• **Work item**
From the listing below, copy only the lines running from the line that contains "v44 (-195.49,0,4.8)" to the line that contains "e64 v47 v47", both included.

.....

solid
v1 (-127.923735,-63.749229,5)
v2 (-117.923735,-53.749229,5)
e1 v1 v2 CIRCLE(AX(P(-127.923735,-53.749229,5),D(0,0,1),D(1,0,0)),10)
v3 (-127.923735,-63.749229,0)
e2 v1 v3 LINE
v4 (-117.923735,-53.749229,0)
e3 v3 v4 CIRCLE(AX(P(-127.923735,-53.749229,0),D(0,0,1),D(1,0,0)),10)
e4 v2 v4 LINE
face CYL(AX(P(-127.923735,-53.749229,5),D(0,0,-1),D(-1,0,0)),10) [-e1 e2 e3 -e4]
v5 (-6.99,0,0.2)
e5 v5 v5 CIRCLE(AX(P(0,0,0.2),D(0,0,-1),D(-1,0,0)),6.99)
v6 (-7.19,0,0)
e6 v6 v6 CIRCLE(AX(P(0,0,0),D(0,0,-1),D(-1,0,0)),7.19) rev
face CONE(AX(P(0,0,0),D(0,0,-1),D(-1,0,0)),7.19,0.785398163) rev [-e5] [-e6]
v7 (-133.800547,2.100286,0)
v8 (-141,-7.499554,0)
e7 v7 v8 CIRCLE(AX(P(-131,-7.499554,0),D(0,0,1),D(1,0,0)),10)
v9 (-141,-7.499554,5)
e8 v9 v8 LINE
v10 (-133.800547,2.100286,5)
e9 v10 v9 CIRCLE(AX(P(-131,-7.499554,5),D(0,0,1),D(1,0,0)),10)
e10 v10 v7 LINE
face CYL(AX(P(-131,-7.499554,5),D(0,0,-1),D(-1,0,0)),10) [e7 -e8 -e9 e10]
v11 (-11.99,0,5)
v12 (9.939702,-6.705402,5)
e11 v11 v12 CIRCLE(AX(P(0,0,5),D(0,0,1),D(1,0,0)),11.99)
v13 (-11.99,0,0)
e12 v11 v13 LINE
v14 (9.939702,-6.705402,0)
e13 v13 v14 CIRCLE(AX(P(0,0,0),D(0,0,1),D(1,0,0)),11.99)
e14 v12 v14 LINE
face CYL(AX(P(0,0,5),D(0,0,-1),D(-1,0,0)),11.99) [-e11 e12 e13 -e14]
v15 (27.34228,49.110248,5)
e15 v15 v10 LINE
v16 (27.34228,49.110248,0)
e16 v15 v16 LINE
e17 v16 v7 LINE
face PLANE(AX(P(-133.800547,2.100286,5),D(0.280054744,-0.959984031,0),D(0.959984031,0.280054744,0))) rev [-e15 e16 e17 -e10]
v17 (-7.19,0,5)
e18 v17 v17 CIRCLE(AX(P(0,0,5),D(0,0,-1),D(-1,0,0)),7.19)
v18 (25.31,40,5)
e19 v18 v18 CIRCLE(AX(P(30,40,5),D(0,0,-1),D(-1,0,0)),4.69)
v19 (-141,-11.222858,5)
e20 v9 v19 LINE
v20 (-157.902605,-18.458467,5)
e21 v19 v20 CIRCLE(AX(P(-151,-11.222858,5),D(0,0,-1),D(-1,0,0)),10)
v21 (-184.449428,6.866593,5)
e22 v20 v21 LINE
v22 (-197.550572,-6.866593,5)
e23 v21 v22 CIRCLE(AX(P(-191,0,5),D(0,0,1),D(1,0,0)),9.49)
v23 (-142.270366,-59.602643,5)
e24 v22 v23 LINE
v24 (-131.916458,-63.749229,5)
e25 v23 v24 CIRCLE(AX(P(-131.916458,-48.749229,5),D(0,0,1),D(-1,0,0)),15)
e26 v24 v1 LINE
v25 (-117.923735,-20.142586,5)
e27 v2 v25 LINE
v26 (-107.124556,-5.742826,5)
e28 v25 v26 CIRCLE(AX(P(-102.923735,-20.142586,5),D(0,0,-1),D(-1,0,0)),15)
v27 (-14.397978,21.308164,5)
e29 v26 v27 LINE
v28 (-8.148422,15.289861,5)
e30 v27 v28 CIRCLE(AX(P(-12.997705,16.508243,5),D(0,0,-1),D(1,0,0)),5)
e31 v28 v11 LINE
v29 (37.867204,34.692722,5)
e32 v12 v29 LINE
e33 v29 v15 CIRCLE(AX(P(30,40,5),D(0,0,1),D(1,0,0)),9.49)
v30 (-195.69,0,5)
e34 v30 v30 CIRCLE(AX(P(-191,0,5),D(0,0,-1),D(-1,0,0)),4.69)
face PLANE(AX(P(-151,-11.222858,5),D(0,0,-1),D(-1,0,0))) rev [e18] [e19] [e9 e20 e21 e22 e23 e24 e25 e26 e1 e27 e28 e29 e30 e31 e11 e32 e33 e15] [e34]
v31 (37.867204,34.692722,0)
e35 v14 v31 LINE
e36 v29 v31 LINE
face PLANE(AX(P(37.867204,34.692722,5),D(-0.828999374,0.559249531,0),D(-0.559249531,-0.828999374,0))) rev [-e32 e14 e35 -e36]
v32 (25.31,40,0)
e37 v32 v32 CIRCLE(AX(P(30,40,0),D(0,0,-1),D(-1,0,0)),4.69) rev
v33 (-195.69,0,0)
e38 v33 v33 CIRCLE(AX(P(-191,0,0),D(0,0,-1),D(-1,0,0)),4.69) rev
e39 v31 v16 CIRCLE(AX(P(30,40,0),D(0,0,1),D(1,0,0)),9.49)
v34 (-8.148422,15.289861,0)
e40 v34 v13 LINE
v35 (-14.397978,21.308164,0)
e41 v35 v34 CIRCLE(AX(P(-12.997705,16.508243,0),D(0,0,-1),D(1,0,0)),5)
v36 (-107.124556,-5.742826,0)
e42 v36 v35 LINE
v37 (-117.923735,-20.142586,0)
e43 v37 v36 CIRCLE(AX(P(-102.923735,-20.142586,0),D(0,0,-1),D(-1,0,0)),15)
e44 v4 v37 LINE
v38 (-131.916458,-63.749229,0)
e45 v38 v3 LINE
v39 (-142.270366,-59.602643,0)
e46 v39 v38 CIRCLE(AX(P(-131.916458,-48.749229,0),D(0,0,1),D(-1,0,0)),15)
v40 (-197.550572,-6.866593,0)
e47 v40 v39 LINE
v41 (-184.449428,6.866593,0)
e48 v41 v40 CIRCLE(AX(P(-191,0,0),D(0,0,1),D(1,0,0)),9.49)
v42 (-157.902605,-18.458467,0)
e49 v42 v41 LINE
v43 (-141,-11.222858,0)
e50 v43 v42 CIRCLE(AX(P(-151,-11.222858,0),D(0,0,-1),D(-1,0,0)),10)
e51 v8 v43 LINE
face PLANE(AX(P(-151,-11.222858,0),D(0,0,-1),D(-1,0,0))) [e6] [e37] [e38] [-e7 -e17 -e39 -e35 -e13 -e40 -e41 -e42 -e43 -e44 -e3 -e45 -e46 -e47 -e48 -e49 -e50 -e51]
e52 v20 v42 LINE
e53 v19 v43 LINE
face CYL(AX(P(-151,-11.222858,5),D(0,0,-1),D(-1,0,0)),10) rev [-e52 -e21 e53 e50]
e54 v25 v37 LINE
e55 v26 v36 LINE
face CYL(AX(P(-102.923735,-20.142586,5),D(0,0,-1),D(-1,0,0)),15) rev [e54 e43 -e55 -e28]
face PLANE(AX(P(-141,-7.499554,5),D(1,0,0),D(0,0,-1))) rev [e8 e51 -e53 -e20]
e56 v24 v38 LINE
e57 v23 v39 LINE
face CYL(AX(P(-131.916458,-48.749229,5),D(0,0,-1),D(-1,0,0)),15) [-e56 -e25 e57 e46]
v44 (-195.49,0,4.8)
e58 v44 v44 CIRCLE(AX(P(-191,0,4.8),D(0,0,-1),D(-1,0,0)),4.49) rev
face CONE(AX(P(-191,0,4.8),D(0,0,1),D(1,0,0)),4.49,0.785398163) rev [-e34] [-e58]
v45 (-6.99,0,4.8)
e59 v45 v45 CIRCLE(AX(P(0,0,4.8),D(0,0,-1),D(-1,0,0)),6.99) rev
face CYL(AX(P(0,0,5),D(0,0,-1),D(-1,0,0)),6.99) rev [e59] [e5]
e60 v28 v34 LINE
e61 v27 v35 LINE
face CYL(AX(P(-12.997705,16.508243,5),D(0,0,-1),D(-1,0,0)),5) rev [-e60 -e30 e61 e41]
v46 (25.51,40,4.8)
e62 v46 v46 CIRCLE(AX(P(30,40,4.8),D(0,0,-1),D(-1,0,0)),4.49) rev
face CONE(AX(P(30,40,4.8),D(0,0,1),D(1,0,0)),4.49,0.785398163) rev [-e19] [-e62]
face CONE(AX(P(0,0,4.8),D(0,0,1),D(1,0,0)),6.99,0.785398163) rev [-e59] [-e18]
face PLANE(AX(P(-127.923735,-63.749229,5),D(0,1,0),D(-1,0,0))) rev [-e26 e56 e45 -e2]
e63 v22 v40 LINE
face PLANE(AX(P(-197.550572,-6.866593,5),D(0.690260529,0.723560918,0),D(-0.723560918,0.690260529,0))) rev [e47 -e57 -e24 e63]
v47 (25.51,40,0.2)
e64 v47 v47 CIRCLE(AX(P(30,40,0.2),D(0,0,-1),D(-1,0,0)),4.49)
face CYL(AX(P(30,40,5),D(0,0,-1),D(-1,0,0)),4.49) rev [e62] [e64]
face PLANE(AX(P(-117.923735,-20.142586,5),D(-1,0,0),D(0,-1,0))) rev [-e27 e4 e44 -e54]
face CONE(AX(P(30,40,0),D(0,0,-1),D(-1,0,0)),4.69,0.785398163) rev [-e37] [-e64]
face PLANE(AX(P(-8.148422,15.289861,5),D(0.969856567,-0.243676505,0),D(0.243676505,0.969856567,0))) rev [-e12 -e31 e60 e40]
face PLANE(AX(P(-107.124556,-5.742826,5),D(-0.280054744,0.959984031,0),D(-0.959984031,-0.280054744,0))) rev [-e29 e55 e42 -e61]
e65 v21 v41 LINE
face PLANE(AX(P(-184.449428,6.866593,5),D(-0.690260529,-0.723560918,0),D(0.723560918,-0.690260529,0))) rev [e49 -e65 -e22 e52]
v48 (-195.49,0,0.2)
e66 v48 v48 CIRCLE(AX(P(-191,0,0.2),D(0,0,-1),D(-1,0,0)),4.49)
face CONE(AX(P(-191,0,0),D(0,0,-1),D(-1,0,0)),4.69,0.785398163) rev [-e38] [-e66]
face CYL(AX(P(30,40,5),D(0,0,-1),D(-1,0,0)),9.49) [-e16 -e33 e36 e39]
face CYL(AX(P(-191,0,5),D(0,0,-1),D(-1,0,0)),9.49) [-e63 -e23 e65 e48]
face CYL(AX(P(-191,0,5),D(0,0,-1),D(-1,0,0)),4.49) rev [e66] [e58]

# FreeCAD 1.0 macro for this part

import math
import FreeCAD as App
import Part
import Sketcher

V = App.Vector
Q = App.Units.Quantity


def edges_at(feature, points):
    """Names of the edges that pass closest to the given points."""
    edges = feature.Shape.Edges
    near = lambda p: min(range(len(edges)), key=lambda i: edges[i].distToShape(Part.Vertex(*p))[0])
    return sorted({f"Edge{near(p) + 1}" for p in points})

doc = App.newDocument("Part")
body = doc.addObject("PartDesign::Body", "Body")

sketch1 = body.newObject("Sketcher::SketchObject", "Sketch")
sketch1.AttachmentSupport = (doc.getObject("XY_Plane"), [""])
sketch1.MapMode = "FlatFace"
sketch1.addGeometry(Part.LineSegment(V(27.34228, 49.110248, 0), V(-133.800547, 2.100286, 0)), False)
sketch1.addGeometry(Part.ArcOfCircle(Part.Circle(V(-131, -7.499554, 0), V(0, 0, 1), 10), math.radians(106.263472), math.radians(180)), False)
sketch1.addGeometry(Part.LineSegment(V(-141, -7.499554, 0), V(-141, -11.222858, 0)), False)
sketch1.addGeometry(Part.ArcOfCircle(Part.Circle(V(-151, -11.222858, 0), V(0, 0, 1), 10), math.radians(-133.650736), math.radians(0)), False)
sketch1.addGeometry(Part.LineSegment(V(-157.902605, -18.458467, 0), V(-184.449428, 6.866593, 0)), False)
sketch1.addGeometry(Part.ArcOfCircle(Part.Circle(V(-191, 0, 0), V(0, 0, 1), 9.49), math.radians(46.349264), math.radians(226.349264)), False)
sketch1.addGeometry(Part.LineSegment(V(-197.550572, -6.866593, 0), V(-142.270366, -59.602643, 0)), False)
sketch1.addGeometry(Part.ArcOfCircle(Part.Circle(V(-131.916458, -48.749229, 0), V(0, 0, 1), 15), math.radians(-133.650736), math.radians(-90)), False)
sketch1.addGeometry(Part.LineSegment(V(-131.916458, -63.749229, 0), V(-127.923735, -63.749229, 0)), False)
sketch1.addGeometry(Part.ArcOfCircle(Part.Circle(V(-127.923735, -53.749229, 0), V(0, 0, 1), 10), math.radians(-90), math.radians(0)), False)
sketch1.addGeometry(Part.LineSegment(V(-117.923735, -53.749229, 0), V(-117.923735, -20.142586, 0)), False)
sketch1.addGeometry(Part.ArcOfCircle(Part.Circle(V(-102.923735, -20.142586, 0), V(0, 0, 1), 15), math.radians(106.263472), math.radians(180)), False)
sketch1.addGeometry(Part.LineSegment(V(-107.124556, -5.742826, 0), V(-14.397978, 21.308164, 0)), False)
sketch1.addGeometry(Part.ArcOfCircle(Part.Circle(V(-12.997705, 16.508243, 0), V(0, 0, 1), 5), math.radians(-14.103633), math.radians(106.263472)), False)
sketch1.addGeometry(Part.LineSegment(V(-8.148422, 15.289861, 0), V(-11.99, 0, 0)), False)
sketch1.addGeometry(Part.ArcOfCircle(Part.Circle(V(0, 0, 0), V(0, 0, 1), 11.99), math.radians(180), math.radians(325.996086)), False)
sketch1.addGeometry(Part.LineSegment(V(9.939702, -6.705402, 0), V(37.867204, 34.692722, 0)), False)
sketch1.addGeometry(Part.ArcOfCircle(Part.Circle(V(30, 40, 0), V(0, 0, 1), 9.49), math.radians(-34.003914), math.radians(106.263472)), False)
sketch1.addGeometry(Part.Circle(V(0, 0, 0), V(0, 0, 1), 6.99), False)
sketch1.addGeometry(Part.Circle(V(-191, 0, 0), V(0, 0, 1), 4.49), False)
sketch1.addGeometry(Part.Circle(V(30, 40, 0), V(0, 0, 1), 4.49), False)
sketch1.addConstraint(Sketcher.Constraint("Tangent", 0, 2, 1, 1))
sketch1.addConstraint(Sketcher.Constraint("Tangent", 1, 2, 2, 1))
sketch1.addConstraint(Sketcher.Constraint("Tangent", 2, 2, 3, 2))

.....

• **Task output**
v44 (-195.49,0,4.8)
e58 v44 v44 CIRCLE(AX(P(-191,0,4.8),D(0,0,-1),D(-1,0,0)),4.49) rev
face CONE(AX(P(-191,0,4.8),D(0,0,1),D(1,0,0)),4.49,0.785398163) rev [-e34] [-e58]
v45 (-6.99,0,4.8)
e59 v45 v45 CIRCLE(AX(P(0,0,4.8),D(0,0,-1),D(-1,0,0)),6.99) rev
face CYL(AX(P(0,0,5),D(0,0,-1),D(-1,0,0)),6.99) rev [e59] [e5]
e60 v28 v34 LINE
e61 v27 v35 LINE
face CYL(AX(P(-12.997705,16.508243,5),D(0,0,-1),D(-1,0,0)),5) rev [-e60 -e30 e61 e41]
v46 (25.51,40,4.8)
e62 v46 v46 CIRCLE(AX(P(30,40,4.8),D(0,0,-1),D(-1,0,0)),4.49) rev
face CONE(AX(P(30,40,4.8),D(0,0,1),D(1,0,0)),4.49,0.785398163) rev [-e19] [-e62]
face CONE(AX(P(0,0,4.8),D(0,0,1),D(1,0,0)),6.99,0.785398163) rev [-e59] [-e18]
face PLANE(AX(P(-127.923735,-63.749229,5),D(0,1,0),D(-1,0,0))) rev [-e26 e56 e45 -e2]
e63 v22 v40 LINE
face PLANE(AX(P(-197.550572,-6.866593,5),D(0.690260529,0.723560918,0),D(-0.723560918,0.690260529,0))) rev [e47 -e57 -e24 e63]
v47 (25.51,40,0.2)
e64 v47 v47 CIRCLE(AX(P(30,40,0.2),D(0,0,-1),D(-1,0,0)),4.49)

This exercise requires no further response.